What this task involves: Somewhere below, one line contains "-10.242641), (-17.86254, -12))" and a later line contains "A parametric FreeCAD". Output those two lines and everything between them exactly, and nothing else.

Supplied records:
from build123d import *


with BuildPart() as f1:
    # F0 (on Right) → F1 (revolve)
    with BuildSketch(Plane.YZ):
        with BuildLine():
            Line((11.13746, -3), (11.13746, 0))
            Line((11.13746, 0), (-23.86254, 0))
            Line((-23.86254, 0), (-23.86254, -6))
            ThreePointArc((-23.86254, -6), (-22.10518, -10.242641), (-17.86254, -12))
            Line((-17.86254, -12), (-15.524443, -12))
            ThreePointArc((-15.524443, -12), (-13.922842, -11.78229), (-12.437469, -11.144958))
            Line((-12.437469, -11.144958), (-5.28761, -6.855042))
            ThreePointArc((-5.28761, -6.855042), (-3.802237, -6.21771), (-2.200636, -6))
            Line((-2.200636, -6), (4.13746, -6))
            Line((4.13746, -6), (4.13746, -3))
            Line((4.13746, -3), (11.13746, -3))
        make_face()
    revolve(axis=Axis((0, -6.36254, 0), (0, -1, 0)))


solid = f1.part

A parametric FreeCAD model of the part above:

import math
import FreeCAD as App
import Part
import Sketcher

V = App.Vector

doc = App.newDocument("Part")
body = doc.addObject("PartDesign::Body", "Body")

# Sketch on YZ plane
sketch1 = body.newObject("Sketcher::SketchObject", "Sketch")
sketch1.AttachmentSupport = (doc.getObject("YZ_Plane"), [""])
sketch1.MapMode = "FlatFace"
sketch1.addGeometry([
    Part.LineSegment(V(11.1, -3, 0), V(11.1, 0, 0)),  # 0
    Part.LineSegment(V(11.1, 0, 0), V(-23.9, 0, 0)),  # 1
    Part.LineSegment(V(-23.9, 0, 0), V(-23.9, -6, 0)),  # 2
    Part.ArcOfCircle(Part.Circle(V(-17.9, -6, 0), V(0, 0, 1), 6), math.radians(-180), math.radians(-90)),  # 3
    Part.LineSegment(V(-17.9, -12, 0), V(-15.5, -12, 0)),  # 4
    Part.ArcOfCircle(Part.Circle(V(-15.5, -6, 0), V(0, 0, 1), 6), math.radians(-90), math.radians(-59)),  # 5
    Part.LineSegment(V(-12.4, -11.1, 0), V(-5.3, -6.9, 0)),  # 6
    Part.ArcOfCircle(Part.Circle(V(-2.2, -12, 0), V(0, 0, 1), 6), math.radians(90), math.radians(121)),  # 7
    Part.LineSegment(V(-2.2, -6, 0), V(4.1, -6, 0)),  # 8
    Part.LineSegment(V(4.1, -6, 0), V(4.1, -3, 0)),  # 9
    Part.LineSegment(V(4.1, -3, 0), V(11.1, -3, 0)),  # 10
], False)
sketch1.addConstraint([
    Sketcher.Constraint("Coincident", 0, 2, 1, 1),
    Sketcher.Constraint("Coincident", 1, 2, 2, 1),
    Sketcher.Constraint("Tangent", 2, 2, 3, 1),
    Sketcher.Constraint("Tangent", 3, 2, 4, 1),
    Sketcher.Constraint("Tangent", 4, 2, 5, 1),
    Sketcher.Constraint("Tangent", 5, 2, 6, 1),
    Sketcher.Constraint("Tangent", 6, 2, 7, 2),
    Sketcher.Constraint("Tangent", 7, 1, 8, 1),
    Sketcher.Constraint("Coincident", 8, 2, 9, 1),
    Sketcher.Constraint("Coincident", 9, 2, 10, 1),
    Sketcher.Constraint("Coincident", 10, 2, 0, 1),
    Sketcher.Constraint("Vertical", 0),
    Sketcher.Constraint("Horizontal", 1),
    Sketcher.Constraint("Vertical", 2),
    Sketcher.Constraint("Horizontal", 4),
    Sketcher.Constraint("Horizontal", 8),
    Sketcher.Constraint("Vertical", 9),
    Sketcher.Constraint("Horizontal", 10),
    Sketcher.Constraint("Equal", 5, 7),
    Sketcher.Constraint("PointOnObject", 0, 2, -1),
    Sketcher.Constraint("Horizontal", 2, 2, 7, 1),
    Sketcher.Constraint("Equal", 0, 9),
    Sketcher.Constraint("Radius", 3, 6.000001),
    Sketcher.Constraint("DistanceX", 1, 2, 1, 1, 35.0),
    Sketcher.Constraint("DistanceX", 10, 1, 10, 2, 7.0),
    Sketcher.Constraint("DistanceY", 0, 1, 0, 2, 3.0),
    Sketcher.Constraint("Radius", 5, 5.999994),
    Sketcher.Constraint("DistanceX", 3, 3, 5, 3, 2.338098),
    Sketcher.Constraint("DistanceX", 3, 3, 7, 3, 15.661901),
    Sketcher.Constraint("DistanceX", 3, 3, -1, 1, 17.862539),
])
revolution = body.newObject("PartDesign::Revolution", "Revolution")
revolution.Profile = sketch1
revolution.ReferenceAxis = (sketch1, ["H_Axis"])
revolution.Angle = 360

doc.recompute()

Response area:
            ThreePointArc((-23.86254, -6), (-22.10518, -10.242641), (-17.86254, -12))
            Line((-17.86254, -12), (-15.524443, -12))
            ThreePointArc((-15.524443, -12), (-13.922842, -11.78229), (-12.437469, -11.144958))
            Line((-12.437469, -11.144958), (-5.28761, -6.855042))
            ThreePointArc((-5.28761, -6.855042), (-3.802237, -6.21771), (-2.200636, -6))
            Line((-2.200636, -6), (4.13746, -6))
            Line((4.13746, -6), (4.13746, -3))
            Line((4.13746, -3), (11.13746, -3))
        make_face()
    revolve(axis=Axis((0, -6.36254, 0), (0, -1, 0)))


solid = f1.part

A parametric FreeCAD model of the part above:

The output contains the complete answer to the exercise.